COVID-19 Reveals the Dire Vulnerability of Navajo Nation Life. Artists Rise as Leaders
/Wahleah Johns, a member of the Navajo Nation and founder of Native Renewables, a nonprofit that provides solar energy to tribal communities, wrote a May 13, 2020 op-ed in the New York Times, about COVID-19 conditions in her community.
The romantic beginning of her typical day begins as early as 4 am, with the making of a “corn pollen offering to the holy people”, drinking “some loose-leaf Lipton tea” and letting the sheep out for grazing. It’s the sentence that proceeds the morning rituals that grabs us by the throat. “In Black Mesa, where the clay soil is blanketed with sagebrush and juniper, there’s no electricity, running water or paved roads,” writes Johns.
Today the Navajo Nation is at the top of the list as one of the worst COVID-19 hot spots in America.
Hundreds of miles of roads are unpaved, so it can take up to three hours to get a sick person to help.
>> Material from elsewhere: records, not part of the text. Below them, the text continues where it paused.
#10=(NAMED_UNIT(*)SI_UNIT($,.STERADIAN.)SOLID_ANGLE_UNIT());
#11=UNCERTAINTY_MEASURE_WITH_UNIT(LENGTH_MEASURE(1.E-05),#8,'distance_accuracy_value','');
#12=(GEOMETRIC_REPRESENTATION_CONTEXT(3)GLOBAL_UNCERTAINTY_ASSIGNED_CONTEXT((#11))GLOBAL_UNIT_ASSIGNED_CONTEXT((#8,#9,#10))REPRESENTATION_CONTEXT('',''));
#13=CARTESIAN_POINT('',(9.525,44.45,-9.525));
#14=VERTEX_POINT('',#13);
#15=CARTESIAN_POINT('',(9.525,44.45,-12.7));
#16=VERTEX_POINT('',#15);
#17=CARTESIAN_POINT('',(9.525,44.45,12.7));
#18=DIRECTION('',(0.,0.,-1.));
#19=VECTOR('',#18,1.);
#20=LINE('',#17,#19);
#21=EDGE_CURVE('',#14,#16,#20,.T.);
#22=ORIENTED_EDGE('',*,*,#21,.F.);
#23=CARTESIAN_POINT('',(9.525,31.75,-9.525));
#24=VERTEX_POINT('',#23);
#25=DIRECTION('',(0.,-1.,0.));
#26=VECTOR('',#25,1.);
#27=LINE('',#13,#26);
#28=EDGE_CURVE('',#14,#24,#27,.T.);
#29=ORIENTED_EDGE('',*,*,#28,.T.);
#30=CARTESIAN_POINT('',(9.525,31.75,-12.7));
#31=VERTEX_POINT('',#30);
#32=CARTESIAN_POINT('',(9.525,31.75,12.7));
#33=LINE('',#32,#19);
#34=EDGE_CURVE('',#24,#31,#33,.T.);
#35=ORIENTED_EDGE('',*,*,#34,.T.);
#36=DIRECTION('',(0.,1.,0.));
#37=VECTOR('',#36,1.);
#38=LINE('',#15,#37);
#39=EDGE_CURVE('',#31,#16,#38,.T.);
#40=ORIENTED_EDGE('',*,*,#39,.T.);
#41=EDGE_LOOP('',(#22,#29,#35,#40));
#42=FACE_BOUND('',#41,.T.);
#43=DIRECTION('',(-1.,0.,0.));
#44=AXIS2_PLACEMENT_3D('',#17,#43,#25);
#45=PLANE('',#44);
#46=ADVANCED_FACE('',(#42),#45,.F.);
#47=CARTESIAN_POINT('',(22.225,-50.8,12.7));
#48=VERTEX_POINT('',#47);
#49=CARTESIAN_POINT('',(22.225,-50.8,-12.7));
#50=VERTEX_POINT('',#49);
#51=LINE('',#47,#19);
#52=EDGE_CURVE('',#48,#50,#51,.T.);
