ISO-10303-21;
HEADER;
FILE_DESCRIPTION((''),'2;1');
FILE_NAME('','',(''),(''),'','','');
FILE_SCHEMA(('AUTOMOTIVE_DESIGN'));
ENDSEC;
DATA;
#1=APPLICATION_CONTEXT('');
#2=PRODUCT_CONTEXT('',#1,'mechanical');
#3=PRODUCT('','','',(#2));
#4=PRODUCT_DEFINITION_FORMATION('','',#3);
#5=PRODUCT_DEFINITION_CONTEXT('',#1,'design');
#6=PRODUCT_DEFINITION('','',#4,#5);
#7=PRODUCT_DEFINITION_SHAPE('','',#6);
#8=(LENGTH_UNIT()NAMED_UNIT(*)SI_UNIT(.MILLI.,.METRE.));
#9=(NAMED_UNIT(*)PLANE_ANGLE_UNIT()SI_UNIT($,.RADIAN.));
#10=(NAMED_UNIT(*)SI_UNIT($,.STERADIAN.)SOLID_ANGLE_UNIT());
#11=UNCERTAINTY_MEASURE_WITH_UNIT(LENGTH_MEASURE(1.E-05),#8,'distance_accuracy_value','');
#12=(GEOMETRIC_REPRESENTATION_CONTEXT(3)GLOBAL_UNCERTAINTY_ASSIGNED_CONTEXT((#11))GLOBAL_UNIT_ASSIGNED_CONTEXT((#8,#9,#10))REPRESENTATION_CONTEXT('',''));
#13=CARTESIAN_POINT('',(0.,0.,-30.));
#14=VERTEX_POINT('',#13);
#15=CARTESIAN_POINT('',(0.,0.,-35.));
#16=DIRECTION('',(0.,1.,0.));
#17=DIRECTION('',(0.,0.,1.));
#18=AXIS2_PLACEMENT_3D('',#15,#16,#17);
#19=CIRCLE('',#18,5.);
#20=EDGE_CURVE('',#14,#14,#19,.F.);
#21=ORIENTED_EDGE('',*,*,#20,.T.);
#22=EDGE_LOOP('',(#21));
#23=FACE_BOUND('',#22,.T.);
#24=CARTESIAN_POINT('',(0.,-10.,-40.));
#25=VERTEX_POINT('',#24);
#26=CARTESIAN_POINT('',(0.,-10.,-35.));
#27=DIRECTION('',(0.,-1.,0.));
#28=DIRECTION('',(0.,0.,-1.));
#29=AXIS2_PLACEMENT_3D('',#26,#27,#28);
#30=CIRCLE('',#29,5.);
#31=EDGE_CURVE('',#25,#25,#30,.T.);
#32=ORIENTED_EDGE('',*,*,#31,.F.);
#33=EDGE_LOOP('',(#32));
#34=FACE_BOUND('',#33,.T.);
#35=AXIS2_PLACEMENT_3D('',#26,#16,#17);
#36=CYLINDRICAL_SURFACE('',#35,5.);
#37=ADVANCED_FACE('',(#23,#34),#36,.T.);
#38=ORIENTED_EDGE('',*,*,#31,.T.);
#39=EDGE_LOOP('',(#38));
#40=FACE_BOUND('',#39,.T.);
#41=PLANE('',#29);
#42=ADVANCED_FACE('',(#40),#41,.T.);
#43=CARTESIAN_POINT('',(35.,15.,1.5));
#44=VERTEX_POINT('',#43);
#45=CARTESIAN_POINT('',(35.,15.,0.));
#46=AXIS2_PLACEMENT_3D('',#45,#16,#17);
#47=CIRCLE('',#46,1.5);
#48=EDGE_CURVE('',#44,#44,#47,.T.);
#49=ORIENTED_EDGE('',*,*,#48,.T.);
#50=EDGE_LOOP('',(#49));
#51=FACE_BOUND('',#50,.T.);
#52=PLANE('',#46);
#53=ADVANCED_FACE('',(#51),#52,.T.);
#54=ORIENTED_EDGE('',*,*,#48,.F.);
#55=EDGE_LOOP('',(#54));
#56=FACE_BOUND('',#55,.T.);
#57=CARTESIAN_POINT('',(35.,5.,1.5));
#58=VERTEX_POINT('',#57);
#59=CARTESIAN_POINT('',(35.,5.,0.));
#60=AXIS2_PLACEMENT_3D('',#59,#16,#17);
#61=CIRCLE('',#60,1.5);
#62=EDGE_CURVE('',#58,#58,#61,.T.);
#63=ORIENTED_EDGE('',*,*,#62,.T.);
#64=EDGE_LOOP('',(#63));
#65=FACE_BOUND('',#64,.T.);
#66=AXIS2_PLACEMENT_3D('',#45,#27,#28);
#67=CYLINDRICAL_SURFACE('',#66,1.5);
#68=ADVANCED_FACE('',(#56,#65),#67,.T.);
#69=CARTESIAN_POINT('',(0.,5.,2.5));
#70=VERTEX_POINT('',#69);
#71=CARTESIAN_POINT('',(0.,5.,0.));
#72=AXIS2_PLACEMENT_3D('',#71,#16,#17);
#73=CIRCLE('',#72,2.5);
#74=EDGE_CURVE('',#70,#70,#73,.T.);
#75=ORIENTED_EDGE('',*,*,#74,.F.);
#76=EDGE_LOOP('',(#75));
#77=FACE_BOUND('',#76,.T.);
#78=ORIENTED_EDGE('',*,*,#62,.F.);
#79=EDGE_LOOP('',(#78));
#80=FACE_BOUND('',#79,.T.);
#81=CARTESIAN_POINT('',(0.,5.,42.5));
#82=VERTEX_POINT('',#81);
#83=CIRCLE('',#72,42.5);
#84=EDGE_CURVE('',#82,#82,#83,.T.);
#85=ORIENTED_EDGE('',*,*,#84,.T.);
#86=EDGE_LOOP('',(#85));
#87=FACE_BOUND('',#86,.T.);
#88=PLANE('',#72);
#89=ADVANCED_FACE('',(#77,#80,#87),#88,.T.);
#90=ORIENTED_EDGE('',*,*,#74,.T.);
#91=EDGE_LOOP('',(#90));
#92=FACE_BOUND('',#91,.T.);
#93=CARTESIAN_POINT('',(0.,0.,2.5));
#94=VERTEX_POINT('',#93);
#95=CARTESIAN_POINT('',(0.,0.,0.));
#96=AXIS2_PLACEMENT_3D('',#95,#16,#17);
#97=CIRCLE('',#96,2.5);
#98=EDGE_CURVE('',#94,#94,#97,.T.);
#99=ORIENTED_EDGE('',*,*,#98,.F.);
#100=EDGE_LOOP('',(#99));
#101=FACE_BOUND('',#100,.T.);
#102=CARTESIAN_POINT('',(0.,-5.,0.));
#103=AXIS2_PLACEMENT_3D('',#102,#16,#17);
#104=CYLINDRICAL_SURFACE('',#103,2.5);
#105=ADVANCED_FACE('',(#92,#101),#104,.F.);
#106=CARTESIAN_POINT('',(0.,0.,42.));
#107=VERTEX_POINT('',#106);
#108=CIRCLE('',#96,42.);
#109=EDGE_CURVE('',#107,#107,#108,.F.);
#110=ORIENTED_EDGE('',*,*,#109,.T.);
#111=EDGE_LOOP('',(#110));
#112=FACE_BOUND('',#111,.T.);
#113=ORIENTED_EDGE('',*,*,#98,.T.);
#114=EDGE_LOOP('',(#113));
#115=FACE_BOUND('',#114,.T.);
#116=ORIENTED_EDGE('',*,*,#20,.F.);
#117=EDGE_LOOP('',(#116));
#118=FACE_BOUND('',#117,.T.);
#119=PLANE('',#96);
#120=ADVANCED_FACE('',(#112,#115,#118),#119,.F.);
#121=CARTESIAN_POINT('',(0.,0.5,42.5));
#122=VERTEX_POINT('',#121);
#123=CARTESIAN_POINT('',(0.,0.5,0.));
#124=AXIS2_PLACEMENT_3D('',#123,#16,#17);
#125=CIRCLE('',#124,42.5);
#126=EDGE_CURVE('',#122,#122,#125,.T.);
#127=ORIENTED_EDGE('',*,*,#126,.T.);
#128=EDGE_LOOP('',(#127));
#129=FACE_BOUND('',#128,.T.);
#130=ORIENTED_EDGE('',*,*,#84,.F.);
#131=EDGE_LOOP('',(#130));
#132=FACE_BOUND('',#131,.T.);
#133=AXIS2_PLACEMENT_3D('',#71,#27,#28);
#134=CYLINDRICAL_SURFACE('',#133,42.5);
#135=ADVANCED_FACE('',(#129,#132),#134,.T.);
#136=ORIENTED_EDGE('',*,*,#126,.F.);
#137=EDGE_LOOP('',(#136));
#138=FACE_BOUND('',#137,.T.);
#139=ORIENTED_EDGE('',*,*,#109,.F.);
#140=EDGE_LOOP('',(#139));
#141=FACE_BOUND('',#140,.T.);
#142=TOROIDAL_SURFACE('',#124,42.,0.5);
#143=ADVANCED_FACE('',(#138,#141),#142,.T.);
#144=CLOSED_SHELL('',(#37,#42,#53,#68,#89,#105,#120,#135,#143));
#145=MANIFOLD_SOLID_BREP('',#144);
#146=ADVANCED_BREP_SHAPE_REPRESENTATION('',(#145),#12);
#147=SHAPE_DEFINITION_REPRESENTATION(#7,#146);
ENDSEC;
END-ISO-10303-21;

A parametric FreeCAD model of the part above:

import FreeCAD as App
import Part
import Sketcher

V = App.Vector
Q = App.Units.Quantity


def edges_at(feature, points):
    """Names of the edges that pass closest to the given points."""
    edges = feature.Shape.Edges
    near = lambda p: min(range(len(edges)), key=lambda i: edges[i].distToShape(Part.Vertex(*p))[0])
    return sorted({f"Edge{near(p) + 1}" for p in points})

doc = App.newDocument("Part")
body = doc.addObject("PartDesign::Body", "Body")

# Sketch on XZ plane
sketch1 = body.newObject("Sketcher::SketchObject", "Sketch")
sketch1.AttachmentSupport = (doc.getObject("XZ_Plane"), [""])
sketch1.MapMode = "FlatFace"
sketch1.addGeometry(Part.Circle(V(0, 0, 0), V(0, 0, 1), 42), False)
sketch1.addConstraint([
    Sketcher.Constraint("Coincident", 0, 3, -1, 1),
    Sketcher.Constraint("Diameter", 0, Q("85 mm")),
])
pad1 = body.newObject("PartDesign::Pad", "Pad")
pad1.Profile = sketch1
pad1.Length = 5
pad1.Reversed = True

# Sketch on XZ plane
sketch2 = body.newObject("Sketcher::SketchObject", "Sketch001")
sketch2.AttachmentSupport = (doc.getObject("XZ_Plane"), [""])
sketch2.MapMode = "FlatFace"
sketch2.AttachmentOffset = App.Placement(V(0, 0, -5), App.Rotation())
sketch2.addGeometry(Part.Circle(V(35, 0, 0), V(0, 0, 1), 1.5), False)
sketch2.addConstraint([
    Sketcher.Constraint("PointOnObject", 0, 3, -1),
    Sketcher.Constraint("Diameter", 0, Q("3 mm")),
    Sketcher.Constraint("DistanceX", -1, 1, 0, 3, Q("35 mm")),
])
pad2 = body.newObject("PartDesign::Pad", "Pad001")
pad2.Profile = sketch2
pad2.Length = 10
pad2.Reversed = True

# Sketch on XZ plane
sketch3 = body.newObject("Sketcher::SketchObject", "Sketch002")
sketch3.AttachmentSupport = (doc.getObject("XZ_Plane"), [""])
sketch3.MapMode = "FlatFace"
sketch3.AttachmentOffset = App.Placement(V(0, 0, -5), App.Rotation())
sketch3.addGeometry(Part.Circle(V(0, 0, 0), V(0, 0, 1), 2.5), False)
sketch3.addConstraint([
    Sketcher.Constraint("Coincident", 0, 3, -1, 1),
    Sketcher.Constraint("Diameter", 0, Q("5 mm")),
])
pocket1 = body.newObject("PartDesign::Pocket", "Pocket")
pocket1.Profile = sketch3
pocket1.Length = 10
pocket1.Reversed = True

# Sketch on XZ plane
sketch4 = body.newObject("Sketcher::SketchObject", "Sketch003")
sketch4.AttachmentSupport = (doc.getObject("XZ_Plane"), [""])
sketch4.MapMode = "FlatFace"
sketch4.addGeometry(Part.Circle(V(0, -35, 0), V(0, 0, 1), 5), False)
sketch4.addConstraint([
    Sketcher.Constraint("PointOnObject", 0, 3, -2),
    Sketcher.Constraint("Diameter", 0, Q("10 mm")),
    Sketcher.Constraint("DistanceY", 0, 3, -1, 1, Q("35 mm")),
])
pad3 = body.newObject("PartDesign::Pad", "Pad002")
pad3.Profile = sketch4
pad3.Length = 10
doc.recompute()

fillet = body.newObject("PartDesign::Fillet", "Fillet")
fillet.Base = (pad3, edges_at(pad3, [(-42.5, 0, 0)]))
fillet.Radius = 0.5

doc.recompute()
It’s difficult to self-isolate because families live in one-room homes called hogans. Up to 40 percent of Navajo households don’t have running water, making it hard to wash hands. Cellphone service and Wi-Fi are limited, so it’s difficult to keep in touch and to get information about the epidemic.
This is My America — the richest country in the world.
Ethel Branch is the former attorney general of the Navajo Nation. Launched March 15, the Navajo and Hopi Families COVID-19 Relief Fund has raised almost $3.7 million from almost 69,000 donors. Part of a team of seven, the group explains that The Navajo Nation and Hopi Reservation “are extreme food deserts with only 13 grocery stores on Navajo to serve some 180,000 people and only 3 small grocery marts on Hopi to serve some 3,000 people.” When Ethel Branch saw empty shelves at a grocery store in Flagstaff, Arizona, she went into action.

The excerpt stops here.